**Your task**
Copy out exactly the stretch of the listing below that begins at the line containing "#44=CIRCLE('',#36,3.5);" and ends at the line containing "#60=CARTESIAN_POINT('',(0.,11.104167,-4.5));", and copy nothing outside it.

**Supplied material**
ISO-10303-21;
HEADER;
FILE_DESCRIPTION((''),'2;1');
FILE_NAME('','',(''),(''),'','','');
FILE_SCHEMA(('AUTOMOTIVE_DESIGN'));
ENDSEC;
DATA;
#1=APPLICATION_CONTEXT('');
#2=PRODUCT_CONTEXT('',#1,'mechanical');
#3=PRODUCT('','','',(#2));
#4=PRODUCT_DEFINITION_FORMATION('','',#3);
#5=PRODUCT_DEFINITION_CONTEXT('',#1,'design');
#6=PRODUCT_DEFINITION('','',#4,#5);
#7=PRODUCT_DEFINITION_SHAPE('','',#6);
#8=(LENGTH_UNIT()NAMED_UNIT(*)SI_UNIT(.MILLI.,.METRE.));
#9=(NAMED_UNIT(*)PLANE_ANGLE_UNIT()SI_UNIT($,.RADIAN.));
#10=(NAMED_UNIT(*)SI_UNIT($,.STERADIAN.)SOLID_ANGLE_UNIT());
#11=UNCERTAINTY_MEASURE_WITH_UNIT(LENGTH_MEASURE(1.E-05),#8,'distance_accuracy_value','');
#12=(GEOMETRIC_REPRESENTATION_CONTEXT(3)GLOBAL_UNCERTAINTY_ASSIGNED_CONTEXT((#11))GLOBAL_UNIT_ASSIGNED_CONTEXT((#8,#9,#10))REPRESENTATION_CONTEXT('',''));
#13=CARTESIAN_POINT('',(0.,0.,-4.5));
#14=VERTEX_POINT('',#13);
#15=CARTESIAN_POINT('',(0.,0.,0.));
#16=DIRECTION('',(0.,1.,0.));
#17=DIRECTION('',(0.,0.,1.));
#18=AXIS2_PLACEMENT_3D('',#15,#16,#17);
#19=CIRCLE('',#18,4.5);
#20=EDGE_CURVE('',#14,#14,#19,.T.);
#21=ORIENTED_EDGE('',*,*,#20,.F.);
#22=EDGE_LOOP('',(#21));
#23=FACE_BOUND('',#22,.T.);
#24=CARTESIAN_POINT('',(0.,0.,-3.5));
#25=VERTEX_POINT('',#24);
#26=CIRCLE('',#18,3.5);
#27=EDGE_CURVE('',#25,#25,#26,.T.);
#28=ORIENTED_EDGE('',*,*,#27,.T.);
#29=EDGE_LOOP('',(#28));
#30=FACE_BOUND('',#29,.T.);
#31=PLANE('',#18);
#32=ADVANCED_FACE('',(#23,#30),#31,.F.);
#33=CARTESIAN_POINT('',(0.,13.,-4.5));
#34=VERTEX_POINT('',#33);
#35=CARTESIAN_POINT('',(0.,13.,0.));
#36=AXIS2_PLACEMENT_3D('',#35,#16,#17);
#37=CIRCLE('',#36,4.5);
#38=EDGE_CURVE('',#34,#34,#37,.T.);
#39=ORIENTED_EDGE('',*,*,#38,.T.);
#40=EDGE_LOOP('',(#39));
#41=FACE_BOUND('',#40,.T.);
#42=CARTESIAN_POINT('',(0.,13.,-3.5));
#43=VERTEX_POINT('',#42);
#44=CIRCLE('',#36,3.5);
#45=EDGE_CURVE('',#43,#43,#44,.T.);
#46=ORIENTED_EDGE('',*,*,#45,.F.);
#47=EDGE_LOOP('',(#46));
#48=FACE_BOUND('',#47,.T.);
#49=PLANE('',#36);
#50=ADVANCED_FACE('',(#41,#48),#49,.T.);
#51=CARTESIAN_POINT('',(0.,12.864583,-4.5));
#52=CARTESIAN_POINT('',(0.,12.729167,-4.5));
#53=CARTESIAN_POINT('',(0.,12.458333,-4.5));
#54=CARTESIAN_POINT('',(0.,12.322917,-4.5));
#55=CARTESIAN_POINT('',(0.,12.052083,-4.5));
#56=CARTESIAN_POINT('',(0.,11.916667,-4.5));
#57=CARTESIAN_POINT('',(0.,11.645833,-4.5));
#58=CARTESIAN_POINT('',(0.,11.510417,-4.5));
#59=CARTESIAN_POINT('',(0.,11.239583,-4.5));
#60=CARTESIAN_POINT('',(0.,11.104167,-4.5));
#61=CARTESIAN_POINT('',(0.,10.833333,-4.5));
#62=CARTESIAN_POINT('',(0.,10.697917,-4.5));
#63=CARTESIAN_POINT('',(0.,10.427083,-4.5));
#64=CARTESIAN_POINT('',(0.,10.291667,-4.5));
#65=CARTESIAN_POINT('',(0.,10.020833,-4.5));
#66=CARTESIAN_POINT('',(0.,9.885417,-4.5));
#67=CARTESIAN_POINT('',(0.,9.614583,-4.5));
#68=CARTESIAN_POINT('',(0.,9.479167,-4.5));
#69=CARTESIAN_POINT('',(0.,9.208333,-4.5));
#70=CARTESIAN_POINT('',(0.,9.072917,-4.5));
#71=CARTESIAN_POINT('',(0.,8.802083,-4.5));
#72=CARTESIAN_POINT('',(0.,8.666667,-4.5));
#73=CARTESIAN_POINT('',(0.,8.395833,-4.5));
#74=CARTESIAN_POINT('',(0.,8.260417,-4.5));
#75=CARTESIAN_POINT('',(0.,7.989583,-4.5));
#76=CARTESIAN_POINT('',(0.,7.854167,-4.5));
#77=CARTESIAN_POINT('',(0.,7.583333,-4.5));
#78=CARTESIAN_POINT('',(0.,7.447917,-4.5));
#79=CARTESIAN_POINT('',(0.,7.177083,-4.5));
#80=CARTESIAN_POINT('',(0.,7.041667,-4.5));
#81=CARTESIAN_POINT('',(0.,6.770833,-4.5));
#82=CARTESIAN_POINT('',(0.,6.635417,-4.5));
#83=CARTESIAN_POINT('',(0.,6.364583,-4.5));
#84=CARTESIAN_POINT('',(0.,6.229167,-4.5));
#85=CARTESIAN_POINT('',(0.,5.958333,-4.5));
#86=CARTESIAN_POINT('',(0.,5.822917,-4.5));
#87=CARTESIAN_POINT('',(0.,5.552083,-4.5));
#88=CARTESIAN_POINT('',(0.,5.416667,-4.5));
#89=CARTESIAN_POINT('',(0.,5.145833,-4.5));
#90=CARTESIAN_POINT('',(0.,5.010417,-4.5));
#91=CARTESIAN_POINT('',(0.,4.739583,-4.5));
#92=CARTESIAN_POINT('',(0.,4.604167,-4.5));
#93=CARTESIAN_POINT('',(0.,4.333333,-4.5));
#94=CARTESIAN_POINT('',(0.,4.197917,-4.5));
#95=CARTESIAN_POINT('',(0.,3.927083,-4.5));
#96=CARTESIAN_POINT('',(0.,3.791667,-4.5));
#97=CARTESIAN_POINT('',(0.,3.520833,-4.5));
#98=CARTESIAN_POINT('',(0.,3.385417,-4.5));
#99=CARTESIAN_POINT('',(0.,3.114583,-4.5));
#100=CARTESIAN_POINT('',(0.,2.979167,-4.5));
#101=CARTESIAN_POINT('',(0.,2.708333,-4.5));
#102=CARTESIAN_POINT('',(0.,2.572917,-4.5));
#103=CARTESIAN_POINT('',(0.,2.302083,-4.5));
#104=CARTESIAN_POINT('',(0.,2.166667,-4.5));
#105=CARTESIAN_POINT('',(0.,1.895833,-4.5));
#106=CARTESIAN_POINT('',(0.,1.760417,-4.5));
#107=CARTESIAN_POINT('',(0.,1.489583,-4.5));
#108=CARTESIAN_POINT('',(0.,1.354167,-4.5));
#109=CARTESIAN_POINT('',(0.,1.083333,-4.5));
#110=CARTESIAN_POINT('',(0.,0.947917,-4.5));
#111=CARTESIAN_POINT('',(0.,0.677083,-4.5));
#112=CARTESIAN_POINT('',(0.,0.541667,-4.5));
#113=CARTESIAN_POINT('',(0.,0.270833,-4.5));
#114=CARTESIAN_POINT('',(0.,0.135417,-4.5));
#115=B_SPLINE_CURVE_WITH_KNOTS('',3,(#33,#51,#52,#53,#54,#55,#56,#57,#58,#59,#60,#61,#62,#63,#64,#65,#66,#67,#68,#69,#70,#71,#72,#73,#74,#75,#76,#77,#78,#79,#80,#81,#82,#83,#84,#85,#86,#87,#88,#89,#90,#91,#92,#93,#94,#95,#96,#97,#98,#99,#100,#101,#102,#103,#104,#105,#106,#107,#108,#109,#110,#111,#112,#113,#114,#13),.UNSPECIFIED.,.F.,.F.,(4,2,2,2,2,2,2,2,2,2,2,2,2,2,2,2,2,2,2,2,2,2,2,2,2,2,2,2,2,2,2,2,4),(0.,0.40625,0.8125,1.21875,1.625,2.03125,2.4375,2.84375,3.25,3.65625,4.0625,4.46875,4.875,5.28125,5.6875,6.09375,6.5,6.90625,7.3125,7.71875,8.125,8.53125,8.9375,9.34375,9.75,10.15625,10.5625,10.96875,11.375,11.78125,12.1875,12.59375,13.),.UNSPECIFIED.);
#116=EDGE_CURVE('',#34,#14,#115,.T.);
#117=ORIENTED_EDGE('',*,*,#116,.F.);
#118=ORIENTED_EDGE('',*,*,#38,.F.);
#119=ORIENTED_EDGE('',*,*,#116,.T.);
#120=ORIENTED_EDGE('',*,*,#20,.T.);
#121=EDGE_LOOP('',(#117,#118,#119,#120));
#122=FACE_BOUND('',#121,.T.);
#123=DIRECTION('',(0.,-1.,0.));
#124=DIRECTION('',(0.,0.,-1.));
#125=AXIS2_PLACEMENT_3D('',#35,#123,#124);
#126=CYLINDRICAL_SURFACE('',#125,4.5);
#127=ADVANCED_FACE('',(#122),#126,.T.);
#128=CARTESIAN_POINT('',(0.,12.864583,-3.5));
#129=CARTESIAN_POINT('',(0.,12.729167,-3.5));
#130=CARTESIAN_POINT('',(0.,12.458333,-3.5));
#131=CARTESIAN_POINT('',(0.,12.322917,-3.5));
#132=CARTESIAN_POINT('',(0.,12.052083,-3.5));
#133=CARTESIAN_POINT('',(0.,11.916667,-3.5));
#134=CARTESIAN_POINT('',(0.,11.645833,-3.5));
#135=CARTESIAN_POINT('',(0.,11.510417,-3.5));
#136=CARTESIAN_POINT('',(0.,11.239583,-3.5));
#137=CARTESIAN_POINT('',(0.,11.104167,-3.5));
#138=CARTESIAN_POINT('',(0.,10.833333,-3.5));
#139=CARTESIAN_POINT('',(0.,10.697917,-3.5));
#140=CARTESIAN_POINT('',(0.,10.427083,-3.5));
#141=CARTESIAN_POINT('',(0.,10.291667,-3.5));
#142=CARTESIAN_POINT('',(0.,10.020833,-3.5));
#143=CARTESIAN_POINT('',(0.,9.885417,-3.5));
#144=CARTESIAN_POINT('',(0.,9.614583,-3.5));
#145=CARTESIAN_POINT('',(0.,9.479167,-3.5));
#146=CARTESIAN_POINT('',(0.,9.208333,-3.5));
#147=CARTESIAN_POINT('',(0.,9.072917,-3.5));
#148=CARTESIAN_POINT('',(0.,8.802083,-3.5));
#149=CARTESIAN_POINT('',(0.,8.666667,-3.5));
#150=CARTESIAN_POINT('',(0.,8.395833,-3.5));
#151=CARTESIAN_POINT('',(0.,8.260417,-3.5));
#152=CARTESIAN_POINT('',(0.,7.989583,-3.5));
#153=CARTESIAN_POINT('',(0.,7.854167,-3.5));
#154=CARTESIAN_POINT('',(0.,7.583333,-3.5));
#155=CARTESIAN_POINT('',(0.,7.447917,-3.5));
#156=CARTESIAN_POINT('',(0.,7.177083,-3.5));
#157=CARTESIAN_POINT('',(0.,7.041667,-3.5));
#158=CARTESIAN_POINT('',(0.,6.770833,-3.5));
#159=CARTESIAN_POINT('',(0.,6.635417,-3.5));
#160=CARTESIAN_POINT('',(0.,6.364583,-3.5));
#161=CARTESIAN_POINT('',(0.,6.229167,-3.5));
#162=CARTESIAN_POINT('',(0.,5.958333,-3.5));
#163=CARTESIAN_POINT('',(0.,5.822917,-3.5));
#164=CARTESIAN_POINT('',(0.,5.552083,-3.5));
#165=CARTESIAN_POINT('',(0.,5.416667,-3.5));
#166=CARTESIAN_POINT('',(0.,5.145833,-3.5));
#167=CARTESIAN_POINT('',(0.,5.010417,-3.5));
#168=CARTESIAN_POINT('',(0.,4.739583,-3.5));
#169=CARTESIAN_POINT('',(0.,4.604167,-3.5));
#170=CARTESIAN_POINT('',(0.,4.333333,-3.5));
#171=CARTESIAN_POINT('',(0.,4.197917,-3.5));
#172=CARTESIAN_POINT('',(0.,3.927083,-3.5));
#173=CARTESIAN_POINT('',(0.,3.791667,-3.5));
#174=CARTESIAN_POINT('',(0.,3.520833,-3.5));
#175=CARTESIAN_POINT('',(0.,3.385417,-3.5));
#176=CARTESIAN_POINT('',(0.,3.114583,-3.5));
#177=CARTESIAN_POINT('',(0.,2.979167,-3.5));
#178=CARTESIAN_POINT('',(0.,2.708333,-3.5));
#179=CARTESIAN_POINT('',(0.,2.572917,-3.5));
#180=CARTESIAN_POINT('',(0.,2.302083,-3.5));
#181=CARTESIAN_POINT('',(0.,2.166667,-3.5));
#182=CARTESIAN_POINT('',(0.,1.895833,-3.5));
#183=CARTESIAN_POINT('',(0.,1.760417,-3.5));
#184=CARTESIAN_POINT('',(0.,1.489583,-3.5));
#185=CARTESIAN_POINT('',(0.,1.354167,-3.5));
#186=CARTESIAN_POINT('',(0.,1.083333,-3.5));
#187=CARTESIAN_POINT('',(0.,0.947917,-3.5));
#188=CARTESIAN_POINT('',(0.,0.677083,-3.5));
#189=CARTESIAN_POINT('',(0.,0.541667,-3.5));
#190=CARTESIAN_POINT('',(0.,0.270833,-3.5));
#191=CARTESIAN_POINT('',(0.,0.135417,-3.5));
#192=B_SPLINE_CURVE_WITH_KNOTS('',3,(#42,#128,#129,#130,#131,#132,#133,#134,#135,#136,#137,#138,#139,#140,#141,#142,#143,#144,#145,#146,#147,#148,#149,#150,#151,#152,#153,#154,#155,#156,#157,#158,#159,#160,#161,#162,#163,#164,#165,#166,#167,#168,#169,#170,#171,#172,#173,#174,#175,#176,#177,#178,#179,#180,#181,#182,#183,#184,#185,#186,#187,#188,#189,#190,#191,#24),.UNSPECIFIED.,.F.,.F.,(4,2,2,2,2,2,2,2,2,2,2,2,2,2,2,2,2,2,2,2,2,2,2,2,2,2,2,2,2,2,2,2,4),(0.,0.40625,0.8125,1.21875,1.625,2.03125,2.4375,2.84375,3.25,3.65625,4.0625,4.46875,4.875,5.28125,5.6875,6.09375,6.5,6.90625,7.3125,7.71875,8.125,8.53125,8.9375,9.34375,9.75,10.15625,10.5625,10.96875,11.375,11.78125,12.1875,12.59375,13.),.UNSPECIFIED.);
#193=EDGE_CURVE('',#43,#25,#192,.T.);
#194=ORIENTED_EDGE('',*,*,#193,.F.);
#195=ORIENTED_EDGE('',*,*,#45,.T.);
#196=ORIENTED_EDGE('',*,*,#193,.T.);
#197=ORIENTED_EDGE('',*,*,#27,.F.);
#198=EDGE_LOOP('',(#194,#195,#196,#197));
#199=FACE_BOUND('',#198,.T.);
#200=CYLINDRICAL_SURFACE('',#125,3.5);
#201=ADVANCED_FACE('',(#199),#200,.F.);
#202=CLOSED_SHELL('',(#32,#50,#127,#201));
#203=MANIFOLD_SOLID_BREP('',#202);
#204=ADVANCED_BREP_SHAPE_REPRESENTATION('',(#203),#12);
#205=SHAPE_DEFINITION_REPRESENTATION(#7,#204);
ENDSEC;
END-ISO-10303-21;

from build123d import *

# Parameters (mm, degrees)
SKETCH1_R           = 4.5
SKETCH1_R_2         = 3.5
BOSS_EXTRUDE1_DEPTH = 13


with BuildPart() as part:
    # Sketch1 → Boss-Extrude1 (new body)
    with BuildSketch(Plane(origin=(0, 0, 0), x_dir=(1, 0, 0), z_dir=(0, 1, 0))):
        with Locations(Location((0, 0, 0), (0, 0, 90))):
            Circle(SKETCH1_R)
        with Locations(Location((0, 0, 0), (0, 0, 90))):
            Circle(SKETCH1_R_2, mode=Mode.SUBTRACT)
    extrude(amount=BOSS_EXTRUDE1_DEPTH)


solid = part.part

**The answer**
#44=CIRCLE('',#36,3.5);
#45=EDGE_CURVE('',#43,#43,#44,.T.);
#46=ORIENTED_EDGE('',*,*,#45,.F.);
#47=EDGE_LOOP('',(#46));
#48=FACE_BOUND('',#47,.T.);
#49=PLANE('',#36);
#50=ADVANCED_FACE('',(#41,#48),#49,.T.);
#51=CARTESIAN_POINT('',(0.,12.864583,-4.5));
#52=CARTESIAN_POINT('',(0.,12.729167,-4.5));
#53=CARTESIAN_POINT('',(0.,12.458333,-4.5));
#54=CARTESIAN_POINT('',(0.,12.322917,-4.5));
#55=CARTESIAN_POINT('',(0.,12.052083,-4.5));
#56=CARTESIAN_POINT('',(0.,11.916667,-4.5));
#57=CARTESIAN_POINT('',(0.,11.645833,-4.5));
#58=CARTESIAN_POINT('',(0.,11.510417,-4.5));
#59=CARTESIAN_POINT('',(0.,11.239583,-4.5));
#60=CARTESIAN_POINT('',(0.,11.104167,-4.5));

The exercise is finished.